(1)未来へ~アイヌ文化の担い手たち 札幌大学ウレシパクラブリーダー 葛野(くずの) 大喜(だいき)さん(22) 自分のルーツ、後世に 言葉から見えてくるアイヌの世界観

  • 未来へ~アイヌ文化の担い手たち, 特集
  • 2020年1月6日
祖父が残したノートを手に語る葛野さん

  新ひだか町静内東別にある自宅裏の古い別宅は、アイヌ伝統の儀式を行う場所だ。民族衣装を身にまとった父が神に祈りをささげる姿を見て育った。4歳の時に亡くなった祖父の葬儀もここで行われた。

   祖父の辰次郎さんはエカシ(長老)と呼ばれ、人々に慕われた。儀式の伝承者であり、口伝えで受け継がれてきたアイヌ語を日本語の文字で記録した先駆者。残したノートは100冊以上。それぞれに儀式などに使う言葉がびっしり書き込まれている。

   ノートを受け継いだ父の次雄さんも、アイヌ文化の伝承活動に熱心。「自分の家は特別ではない。民族として当たり前のことをやっている」。子どもの頃から父の活動に参加。生前の祖父の活躍を繰り返し耳にするうち「生き方がかっこいい」と思うようになり、儀式の作法も自然と身に付いていった。

   新ひだか町で生まれ育ち静内高校を卒業後、札幌大学に進学。アイヌと和人(アイヌ以外の日本人)の学生が共にアイヌの歴史、文化を学ぶ同大のウレシパクラブに入った。

   4年生になってからはクラブのリーダーを務め、毎年10月に開催されるウレシパフェスタなどで踊りや歌を含めた学習成果を披露。4月に白老町に開設予定の国立アイヌ民族博物館の展示エリアに使用する解説文のアイヌ語執筆にも協力してきた。

   進路を決めかねていた高校3年の時、トマト農家の父が離農。ビニールハウスを撤去後、更地になった農地を眺めながら「このまま(アイヌ民族の)葛野家がなくなってしまう」と感傷的になった。
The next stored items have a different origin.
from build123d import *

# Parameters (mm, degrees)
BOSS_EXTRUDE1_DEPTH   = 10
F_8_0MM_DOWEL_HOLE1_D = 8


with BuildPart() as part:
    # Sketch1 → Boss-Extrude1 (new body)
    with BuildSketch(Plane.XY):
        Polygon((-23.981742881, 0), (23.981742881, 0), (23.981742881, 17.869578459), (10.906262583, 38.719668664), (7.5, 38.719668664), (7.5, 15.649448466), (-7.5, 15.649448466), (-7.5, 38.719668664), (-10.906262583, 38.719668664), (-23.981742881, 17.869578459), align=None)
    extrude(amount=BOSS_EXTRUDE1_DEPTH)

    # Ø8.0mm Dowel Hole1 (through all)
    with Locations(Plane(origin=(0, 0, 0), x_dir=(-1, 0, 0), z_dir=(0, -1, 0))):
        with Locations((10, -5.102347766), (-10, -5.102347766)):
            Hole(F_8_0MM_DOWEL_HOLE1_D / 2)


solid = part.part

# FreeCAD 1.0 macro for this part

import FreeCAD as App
import Part
import Sketcher
from FreeCAD import Vector


def add_polygon(sketch, points):
    """Adds a closed chain of lines whose ends are joined by coincident constraints."""
    first, n = sketch.GeometryCount, len(points)
    for a, b in zip(points, points[1:] + points[:1]):
        sketch.addGeometry(Part.LineSegment(App.Vector(*a, 0), App.Vector(*b, 0)), False)
    for i in range(n):
        sketch.addConstraint(Sketcher.Constraint("Coincident", first + i, 2, first + (i + 1) % n, 1))

doc = App.newDocument("Part")
body = doc.addObject("PartDesign::Body", "Body")

sketch1 = body.newObject("Sketcher::SketchObject", "Sketch")
sketch1.AttachmentSupport = (doc.getObject("XY_Plane"), [""])
sketch1.MapMode = "FlatFace"
add_polygon(sketch1, [(-24, 0), (24, 0), (24, 17.9), (10.9, 38.7), (7.5, 38.7), (7.5, 15.6), (-7.5, 15.6), (-7.5, 38.7), (-10.9, 38.7), (-24, 17.9)])
sketch1.addConstraint([
    Sketcher.Constraint("Horizontal", 0),
    Sketcher.Constraint("Vertical", 1),
    Sketcher.Constraint("Horizontal", 3),
    Sketcher.Constraint("Vertical", 4),
    Sketcher.Constraint("Horizontal", 5),
    Sketcher.Constraint("Vertical", 6),
    Sketcher.Constraint("Horizontal", 7),
    Sketcher.Constraint("Vertical", 9),
    Sketcher.Constraint("Symmetric", 0, 2, 9, 2, -1, 1),
    Sketcher.Constraint("Symmetric", 3, 2, 6, 2, -2),
    Sketcher.Constraint("Horizontal", 1, 2, 8, 2),
    Sketcher.Constraint("Equal", 3, 7),
    Sketcher.Constraint("DistanceX", 5, 2, 5, 1, 15.0),
    Sketcher.Constraint("DistanceY", 1, 1, 1, 2, 17.869578),
    Sketcher.Constraint("DistanceY", 4, 2, 4, 1, 23.07022),
    Sketcher.Constraint("Distance", 2, 24.61086),
    Sketcher.Constraint("DistanceX", 0, 1, 0, 2, 47.963486),
    Sketcher.Constraint("DistanceX", 3, 2, 3, 1, 3.406263),
])
pad1 = body.newObject("PartDesign::Pad", "Pad")
pad1.Profile = sketch1
pad1.Length = 10

sketch2 = body.newObject("Sketcher::SketchObject", "Sketch001")
sketch2.AttachmentSupport = (doc.getObject("XZ_Plane"), [""])
sketch2.MapMode = "FlatFace"
sketch2.addGeometry([
    Part.Circle(Vector(-10, 5.1, 0), Vector(0, 0, 1), 4),
    Part.Circle(Vector(10, 5.1, 0), Vector(0, 0, 1), 4),
], False)
sketch2.addConstraint([
    Sketcher.Constraint("Equal", 0, 1),
    Sketcher.Constraint("Symmetric", 0, 3, 1, 3, -2),
    Sketcher.Constraint("Diameter", 0, 8.0),
    Sketcher.Constraint("DistanceX", 0, 3, -1, 1, 10.0),
    Sketcher.Constraint("DistanceY", -1, 1, 0, 3, 5.102348),
])
doc.recompute()
hole = body.newObject("PartDesign::Hole", "Hole")
hole.Profile = sketch2
hole.ThreadType = "None"
hole.Diameter = 8
hole.DepthType = "ThroughAll"

doc.recompute()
「自分のルーツであるアイヌについてもっと学び、後世に伝えたい」の思いを強め、アイヌ教育に力を入れる同大を選んだ。

   入学当初は「アイヌ語で満足に自己紹介もできず、儀式の作法は初めて知るものばかりだった」。言葉や儀式の作法に地域性があることも分かり、学問として体系的に学ぶ必要性を痛感した。辞書で単語を一つひとつ調べ、祖父と親交の深かった民俗学者の藤村久和さんに師事し、作法を習得。アイヌ語は日常会話レベルまで上達し、儀式を進行できるまでになった。
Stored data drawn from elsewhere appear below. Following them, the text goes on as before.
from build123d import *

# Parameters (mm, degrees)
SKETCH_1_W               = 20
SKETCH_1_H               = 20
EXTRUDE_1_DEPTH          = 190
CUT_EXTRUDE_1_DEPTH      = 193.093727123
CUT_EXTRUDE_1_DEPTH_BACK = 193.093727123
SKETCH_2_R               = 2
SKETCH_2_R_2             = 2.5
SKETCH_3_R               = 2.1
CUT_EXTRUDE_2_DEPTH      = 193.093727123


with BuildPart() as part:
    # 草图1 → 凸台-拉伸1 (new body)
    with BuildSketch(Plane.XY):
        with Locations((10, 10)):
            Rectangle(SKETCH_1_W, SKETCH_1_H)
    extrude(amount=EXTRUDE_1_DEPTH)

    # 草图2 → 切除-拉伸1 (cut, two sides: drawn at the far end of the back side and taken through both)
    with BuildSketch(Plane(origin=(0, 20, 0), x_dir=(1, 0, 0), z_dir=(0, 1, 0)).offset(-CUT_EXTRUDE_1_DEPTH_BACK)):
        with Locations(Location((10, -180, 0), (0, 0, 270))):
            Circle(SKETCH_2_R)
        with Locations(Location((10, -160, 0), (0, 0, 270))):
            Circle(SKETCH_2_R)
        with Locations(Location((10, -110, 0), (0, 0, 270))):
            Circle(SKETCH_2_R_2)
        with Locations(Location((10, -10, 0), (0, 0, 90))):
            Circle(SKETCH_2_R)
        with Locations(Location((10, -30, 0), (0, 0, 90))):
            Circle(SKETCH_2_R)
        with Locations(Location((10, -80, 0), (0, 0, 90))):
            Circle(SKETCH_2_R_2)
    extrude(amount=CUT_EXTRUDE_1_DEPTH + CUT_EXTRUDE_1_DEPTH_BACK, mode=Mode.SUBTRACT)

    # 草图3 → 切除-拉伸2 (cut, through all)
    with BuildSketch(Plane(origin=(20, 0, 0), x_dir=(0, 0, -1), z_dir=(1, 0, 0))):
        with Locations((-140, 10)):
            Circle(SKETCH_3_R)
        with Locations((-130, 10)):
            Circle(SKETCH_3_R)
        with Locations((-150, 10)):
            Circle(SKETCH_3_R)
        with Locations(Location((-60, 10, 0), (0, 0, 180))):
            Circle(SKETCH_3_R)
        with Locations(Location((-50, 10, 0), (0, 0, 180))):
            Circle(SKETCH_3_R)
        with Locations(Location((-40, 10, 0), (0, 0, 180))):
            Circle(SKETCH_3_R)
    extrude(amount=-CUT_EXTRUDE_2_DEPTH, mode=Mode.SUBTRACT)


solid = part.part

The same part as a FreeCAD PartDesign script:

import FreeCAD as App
import Part
import Sketcher


def add_polygon(sketch, points):
    """Adds a closed chain of lines whose ends are joined by coincident constraints."""
    first, n = sketch.GeometryCount, len(points)
    for a, b in zip(points, points[1:] + points[:1]):
        sketch.addGeometry(Part.LineSegment(App.Vector(*a, 0), App.Vector(*b, 0)), False)
    for i in range(n):
        sketch.addConstraint(Sketcher.Constraint("Coincident", first + i, 2, first + (i + 1) % n, 1))

doc = App.newDocument("Part")
body = doc.addObject("PartDesign::Body", "Body")

sketch1 = doc.addObject("Sketcher::SketchObject", "Sketch")
body.addObject(sketch1)
sketch1.AttachmentSupport = (doc.XY_Plane, [""])
sketch1.MapMode = "FlatFace"
add_polygon(sketch1, [(0, 20), (0, 0), (20, 0), (20, 20)])
sketch1.addConstraint(Sketcher.Constraint("Vertical", 0))
sketch1.addConstraint(Sketcher.Constraint("Horizontal", 1))
sketch1.addConstraint(Sketcher.Constraint("Vertical", 2))
sketch1.addConstraint(Sketcher.Constraint("Horizontal", 3))
sketch1.addConstraint(Sketcher.Constraint("Coincident", 0, 2, -1, 1))
sketch1.addConstraint(Sketcher.Constraint("Equal", 3, 0))
sketch1.addConstraint(Sketcher.Constraint("DistanceX", 1, 1, 1, 2, 20.0))
pad1 = doc.addObject("PartDesign::Pad", "Pad")
body.addObject(pad1)
pad1.Profile = sketch1
pad1.Length = 190

sketch2 = doc.addObject("Sketcher::SketchObject", "Sketch001")
body.addObject(sketch2)
sketch2.AttachmentSupport = (doc.XZ_Plane, [""])
sketch2.MapMode = "FlatFace"
sketch2.AttachmentOffset = App.Placement(App.Vector(0, 0, -20), App.Rotation())
sketch2.addGeometry(Part.Circle(App.Vector(10, 180, 0), App.Vector(0, 0, 1), 2), False)
sketch2.addGeometry(Part.Circle(App.Vector(10, 160, 0), App.Vector(0, 0, 1), 2), False)
sketch2.addGeometry(Part.Circle(App.Vector(10, 110, 0), App.Vector(0, 0, 1), 2.5), False)
sketch2.addGeometry(Part.Circle(App.Vector(10, 10, 0), App.Vector(0, 0, 1), 2), False)
sketch2.addGeometry(Part.Circle(App.Vector(10, 30, 0), App.Vector(0, 0, 1), 2), False)
sketch2.addGeometry(Part.Circle(App.Vector(10, 80, 0), App.Vector(0, 0, 1), 2.5), False)
sketch2.addConstraint(Sketcher.Constraint("Equal", 0, 1))
sketch2.addConstraint(Sketcher.Constraint("Equal", 1, 3))
sketch2.addConstraint(Sketcher.Constraint("Equal", 3, 4))
sketch2.addConstraint(Sketcher.Constraint("Equal", 2, 5))
sketch2.addConstraint(Sketcher.Constraint("Vertical", 0, 3, 1, 3))
sketch2.addConstraint(Sketcher.Constraint("Vertical", 1, 3, 2, 3))
sketch2.addConstraint(Sketcher.Constraint("Vertical", 2, 3, 3, 3))
sketch2.addConstraint(Sketcher.Constraint("Vertical", 3, 3, 4, 3))
sketch2.addConstraint(Sketcher.Constraint("Vertical", 4, 3, 5, 3))
sketch2.addConstraint(Sketcher.Constraint("Diameter", 0, 4.0))
sketch2.addConstraint(Sketcher.Constraint("Diameter", 2, 5.0))
sketch2.addConstraint(Sketcher.Constraint("DistanceX", -1, 1, 0, 3, 10.0))
sketch2.addConstraint(Sketcher.Constraint("DistanceY", -1, 1, 0, 3, 180.0))
sketch2.addConstraint(Sketcher.Constraint("DistanceY", -1, 1, 1, 3, 160.0))
sketch2.addConstraint(Sketcher.Constraint("DistanceY", -1, 1, 2, 3, 110.0))
sketch2.addConstraint(Sketcher.Constraint("DistanceY", -1, 1, 3, 3, 10.0))
sketch2.addConstraint(Sketcher.Constraint("DistanceY", -1, 1, 4, 3, 30.0))
sketch2.addConstraint(Sketcher.Constraint("DistanceY", -1, 1, 5, 3, 80.0))
pocket1 = doc.addObject("PartDesign::Pocket", "Pocket")
body.addObject(pocket1)
pocket1.Profile = sketch2
pocket1.Type = "ThroughAll"
pocket1.Midplane = True

sketch3 = doc.addObject("Sketcher::SketchObject", "Sketch002")
body.addObject(sketch3)
sketch3.AttachmentSupport = (doc.YZ_Plane, [""])
sketch3.MapMode = "FlatFace"
sketch3.AttachmentOffset = App.Placement(App.Vector(0, 0, 20), App.Rotation())
sketch3.addGeometry(Part.Circle(App.Vector(10, 140, 0), App.Vector(0, 0, 1), 2.1), False)
sketch3.addGeometry(Part.Circle(App.Vector(10, 130, 0), App.Vector(0, 0, 1), 2.1), False)
sketch3.addGeometry(Part.Circle(App.Vector(10, 150, 0), App.Vector(0, 0, 1), 2.1), False)
sketch3.addGeometry(Part.Circle(App.Vector(10, 60, 0), App.Vector(0, 0, 1), 2.1), False)
sketch3.addGeometry(Part.Circle(App.Vector(10, 50, 0), App.Vector(0, 0, 1), 2.1), False)
sketch3.addGeometry(Part.Circle(App.Vector(10, 40, 0), App.Vector(0, 0, 1), 2.1), False)
sketch3.addConstraint(Sketcher.Constraint("Equal", 0, 1))
sketch3.addConstraint(Sketcher.Constraint("Equal", 1, 2))
sketch3.addConstraint(Sketcher.Constraint("Equal", 2, 3))
sketch3.addConstraint(Sketcher.Constraint("Equal", 3, 4))
sketch3.addConstraint(Sketcher.Constraint("Equal", 4, 5))
sketch3.addConstraint(Sketcher.Constraint("Vertical", 0, 3, 1, 3))
sketch3.addConstraint(Sketcher.Constraint("Vertical", 1, 3, 2, 3))
sketch3.addConstraint(Sketcher.Constraint("Vertical", 2, 3, 3, 3))
sketch3.addConstraint(Sketcher.Constraint("Vertical", 3, 3, 4, 3))
sketch3.addConstraint(Sketcher.Constraint("Vertical", 4, 3, 5, 3))
sketch3.addConstraint(Sketcher.Constraint("Diameter", 0, 4.2))
sketch3.addConstraint(Sketcher.Constraint("DistanceX", -1, 1, 0, 3, 10.0))
sketch3.addConstraint(Sketcher.Constraint("DistanceY", -1, 1, 0, 3, 140.0))
sketch3.addConstraint(Sketcher.Constraint("DistanceY", -1, 1, 1, 3, 130.0))
sketch3.addConstraint(Sketcher.Constraint("DistanceY", -1, 1, 2, 3, 150.0))
sketch3.addConstraint(Sketcher.Constraint("DistanceY", -1, 1, 3, 3, 60.0))
sketch3.addConstraint(Sketcher.Constraint("DistanceY", -1, 1, 4, 3, 50.0))
sketch3.addConstraint(Sketcher.Constraint("DistanceY", -1, 1, 5, 3, 40.0))
pocket2 = doc.addObject("PartDesign::Pocket", "Pocket001")
body.addObject(pocket2)
pocket2.Profile = sketch3
pocket2.Type = "ThroughAll"

doc.recompute()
   祖父の残したノートを読み返すたび、新たな発見がある。人が亡くなったときの神への祈りの言葉は一つではなく、男性、女性、子どもでそれぞれ異なり、事故で亡くなった場合の言葉もある。「言葉からアイヌの世界観が見えてくる」。アイヌ語を追究していくことがアイヌの伝統を残すことにつながると、研究者を目指して大学院への進学準備に忙しい日々だ。

  (伊藤真史)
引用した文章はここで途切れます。